What to Do: If you’re missing the American history you left behind in D.C., try climbing the Washington Monument — the Baltimore one, that is. It predates its more famous cousin by more than 50 years. For shopping, head to the Fells Point neighborhood and the famous Broadway Market. Check out baltimore.org for its list of “50 Free Things to Do in Baltimore.” At dinnertime, crabs are a must. Captain James Crabhouse (2127 Boston St.) is on Baltimore’s Inner Harbor and is one of the Baltimore Sun’s top 10 crab houses in the region.

Where to Stay: Baltimore is great for a day trip, but if you plan to stay the night, there are a number of inexpensive hotels in the city — just be sure to get a sense of the area before you book. The Sleep Inn Downtown Inner Harbor (301 Fallsway) has a low price for a good location. In the morning, don’t miss Fells Point’s Blue Moon  Cafe (1621 Aliceanna St.) for breakfast.


Historical Virginia (Jamestown, Williamsburg, Yorktown)

Confession: This writer visited Colonial Williamsburg at age 9, and Thomas Jefferson asked her to dance at the ball. Probably the best day of her life. Unfortunately, Williamsburg is a pricey endeavor, but luckily, Jamestown and Yorktown are nearby, less expensive and have just as many hot historical impersonators to chat with.

Getting There: The historical sites are just outside Richmond, about a 3-hour drive from Georgetown.

What to Do: Start your day at Jamestown — a combination ticket with the Yorktown Victory Center is $20. Tickets are available online at historyisfun.org. (Seriously.) At lunchtime, drive through Williamsburg and stop at the Cheese Shop to pick up a sandwich. Have a picnic on the beach in Yorktown before visiting the Victory Center. At night, head to one of Williamsburg’s many “delis” (pubs) like the Green Leafe Cafe: Have a burger and a beer and make some new friends from the College of William and Mary.

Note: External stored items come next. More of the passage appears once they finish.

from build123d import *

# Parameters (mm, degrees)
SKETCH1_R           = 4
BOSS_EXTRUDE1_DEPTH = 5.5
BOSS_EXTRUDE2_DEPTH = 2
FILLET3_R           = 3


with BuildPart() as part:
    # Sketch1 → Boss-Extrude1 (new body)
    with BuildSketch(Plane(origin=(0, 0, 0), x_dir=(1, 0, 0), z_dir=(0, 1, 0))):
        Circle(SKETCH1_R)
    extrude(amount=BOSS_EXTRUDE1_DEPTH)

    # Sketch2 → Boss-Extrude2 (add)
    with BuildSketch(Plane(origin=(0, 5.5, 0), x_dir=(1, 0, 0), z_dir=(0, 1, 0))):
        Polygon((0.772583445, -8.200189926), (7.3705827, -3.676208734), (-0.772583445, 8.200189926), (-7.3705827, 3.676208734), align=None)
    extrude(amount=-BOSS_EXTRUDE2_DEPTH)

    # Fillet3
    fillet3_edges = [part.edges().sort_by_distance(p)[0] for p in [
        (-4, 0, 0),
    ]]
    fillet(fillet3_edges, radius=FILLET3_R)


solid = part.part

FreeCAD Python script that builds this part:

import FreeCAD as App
import Part
import Sketcher
from FreeCAD import Vector
Q = App.Units.Quantity


def edges_at(feature, points):
    """Names of the edges that pass closest to the given points."""
    edges = feature.Shape.Edges
    near = lambda p: min(range(len(edges)), key=lambda i: edges[i].distToShape(Part.Vertex(*p))[0])
    return sorted({f"Edge{near(p) + 1}" for p in points})


def add_polygon(sketch, points):
    """Adds a closed chain of lines whose ends are joined by coincident constraints."""
    first, n = sketch.GeometryCount, len(points)
    for a, b in zip(points, points[1:] + points[:1]):
        sketch.addGeometry(Part.LineSegment(App.Vector(*a, 0), App.Vector(*b, 0)), False)
    for i in range(n):
        sketch.addConstraint(Sketcher.Constraint("Coincident", first + i, 2, first + (i + 1) % n, 1))

doc = App.newDocument("Part")
body = doc.addObject("PartDesign::Body", "Body")

# Sketch on XZ plane
sketch1 = body.newObject("Sketcher::SketchObject", "Sketch")
sketch1.AttachmentSupport = (doc.getObject("XZ_Plane"), [""])
sketch1.MapMode = "FlatFace"
sketch1.addGeometry(Part.Circle(Vector(0, 0, 0), Vector(0, 0, 1), 4), False)
sketch1.addConstraint([
    Sketcher.Constraint("Coincident", 0, 3, -1, 1),
    Sketcher.Constraint("Diameter", 0, Q("8 mm")),
])
pad1 = body.newObject("PartDesign::Pad", "Pad")
pad1.Profile = sketch1
pad1.Length = 5.5
pad1.Reversed = True

# Sketch on XZ plane
sketch2 = body.newObject("Sketcher::SketchObject", "Sketch001")
sketch2.AttachmentSupport = (doc.getObject("XZ_Plane"), [""])
sketch2.MapMode = "FlatFace"
sketch2.AttachmentOffset = App.Placement(Vector(0, 0, -5.5), App.Rotation())
add_polygon(sketch2, [(1, 8), (7, 4), (-1, -8), (-7, -4)])  # lines 0-3
sketch2.addConstraint([
    Sketcher.Constraint("Symmetric", 0, 2, 2, 2, -1, 1),
    Sketcher.Constraint("Symmetric", 1, 2, 3, 2, -1, 1),
    Sketcher.Constraint("Perpendicular", 0, 1),
    Sketcher.Constraint("Distance", 0, Q("8 mm")),
    Sketcher.Constraint("Distance", 1, Q("14.4 mm")),
    Sketcher.Constraint("DistanceX", 2, 2, 1, 2, Q("6.597999 mm")),
])
pad2 = body.newObject("PartDesign::Pad", "Pad001")
pad2.Profile = sketch2
pad2.Length = 2
doc.recompute()

fillet = body.newObject("PartDesign::Fillet", "Fillet")
fillet.Base = (pad2, edges_at(pad2, [(-4, 0, 0)]))
fillet.Radius = 3

doc.recompute()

Where to Stay: The Travelodge Williamsburg (120 Bypass Road) is a good deal with a free breakfast, while a number of B&B’s in the area offer a homey feel for a moderate price. Alternatively, you could head back to Richmond for the night and explore the city the next day.


Shenandoah National Park, Va.

If you’re the camping type, Shenandoah National Park, located in Virginia’s Shenandoah Valley, is a great place to escape from the D.C. grind without breaking your budget.

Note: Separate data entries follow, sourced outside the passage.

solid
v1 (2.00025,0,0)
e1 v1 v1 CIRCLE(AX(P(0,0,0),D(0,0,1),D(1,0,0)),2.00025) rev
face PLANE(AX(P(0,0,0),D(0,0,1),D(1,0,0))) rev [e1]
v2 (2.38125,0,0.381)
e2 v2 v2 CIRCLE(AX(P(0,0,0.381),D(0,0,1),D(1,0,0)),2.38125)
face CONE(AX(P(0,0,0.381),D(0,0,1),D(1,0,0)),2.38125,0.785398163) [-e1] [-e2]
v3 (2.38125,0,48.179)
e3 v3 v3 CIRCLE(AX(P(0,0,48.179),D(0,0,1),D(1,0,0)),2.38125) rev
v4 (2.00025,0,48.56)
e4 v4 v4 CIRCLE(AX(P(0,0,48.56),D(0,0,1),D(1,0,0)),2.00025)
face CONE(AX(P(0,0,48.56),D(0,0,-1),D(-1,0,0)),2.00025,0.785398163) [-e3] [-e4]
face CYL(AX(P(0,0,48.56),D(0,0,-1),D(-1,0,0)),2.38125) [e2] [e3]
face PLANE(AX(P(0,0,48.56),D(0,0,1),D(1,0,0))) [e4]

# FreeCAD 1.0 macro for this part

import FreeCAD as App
import Part
import Sketcher
from FreeCAD import Vector
Q = App.Units.Quantity


def edges_at(feature, points):
    """Names of the edges that pass closest to the given points."""
    edges = feature.Shape.Edges
    near = lambda p: min(range(len(edges)), key=lambda i: edges[i].distToShape(Part.Vertex(*p))[0])
    return sorted({f"Edge{near(p) + 1}" for p in points})

doc = App.newDocument("Part")
params = doc.addObject("Spreadsheet::Sheet", "Params")
for row, (alias, value) in enumerate([
    ("sketch1_diameter", "0.1875 in"),
    ("pad1_length", "48.56 mm"),
    ("chamfer_size", "0.015 in"),
], start=1):
    params.set(f"A{row}", alias)
    params.set(f"B{row}", "=" + value)
    params.setAlias(f"B{row}", alias)

body = doc.addObject("PartDesign::Body", "Body")

sketch1 = body.newObject("Sketcher::SketchObject", "Sketch")
sketch1.AttachmentSupport = (doc.getObject("XY_Plane"), [""])
sketch1.MapMode = "FlatFace"
sketch1.addGeometry(Part.Circle(Vector(0, 0, 0), Vector(0, 0, 1), 2.38125), False)
sketch1.addConstraint(Sketcher.Constraint("Coincident", 0, 3, -1, 1))
sketch1.addConstraint(Sketcher.Constraint("Diameter", 0, Q("0.1875 in")))
sketch1.setExpression("Constraints[1]", "Params.sketch1_diameter")
pad1 = body.newObject("PartDesign::Pad", "Pad")
pad1.Profile = sketch1
pad1.setExpression("Length", "Params.pad1_length")
doc.recompute()

chamfer = body.newObject("PartDesign::Chamfer", "Chamfer")
chamfer.Base = (pad1, edges_at(pad1, [(-2.381, 0, 0), (-2.381, 0, 48.56)]))
chamfer.setExpression("Size", "Params.chamfer_size")

doc.recompute()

Getting There: Driving from D.C. takes about an hour and a half, depending on where you enter the park. The entry fee for a car (and its passengers) is $15, valid for a week after you purchase it. On your way, you’ll be able to take a trip down Skyline Drive, a scenic route that gives you some of the best views in the park. Speed demons, be warned: The limit is 35 mph throughout the drive.

What to Do: Explore! Visiting nps.gov/shen is crucial for this trip — there, you’ll find route suggestions for a hike, exhibit and ranger talk schedules and guides to the park’s natural attractions. Old Rag Mountain is one of the park’s most popular routes, but it is also its most dangerous. Try it if you’re up for an adventure, or, if you’re new to hiking, stick to a beginner trip like the Rose River Loop, which brings you through a few of the park’s impressive waterfalls, if you’re new to hiking.

Where to Stay: If you’re looking to tackle a two- or three-day hike but don’t want to fend for yourself entirely, campground reservations are available online, or on a first-come, first-serve basis once you’re at the park. For a bit more comfort, stay at one of the nearby lodges — cabin rooms are the least expensive.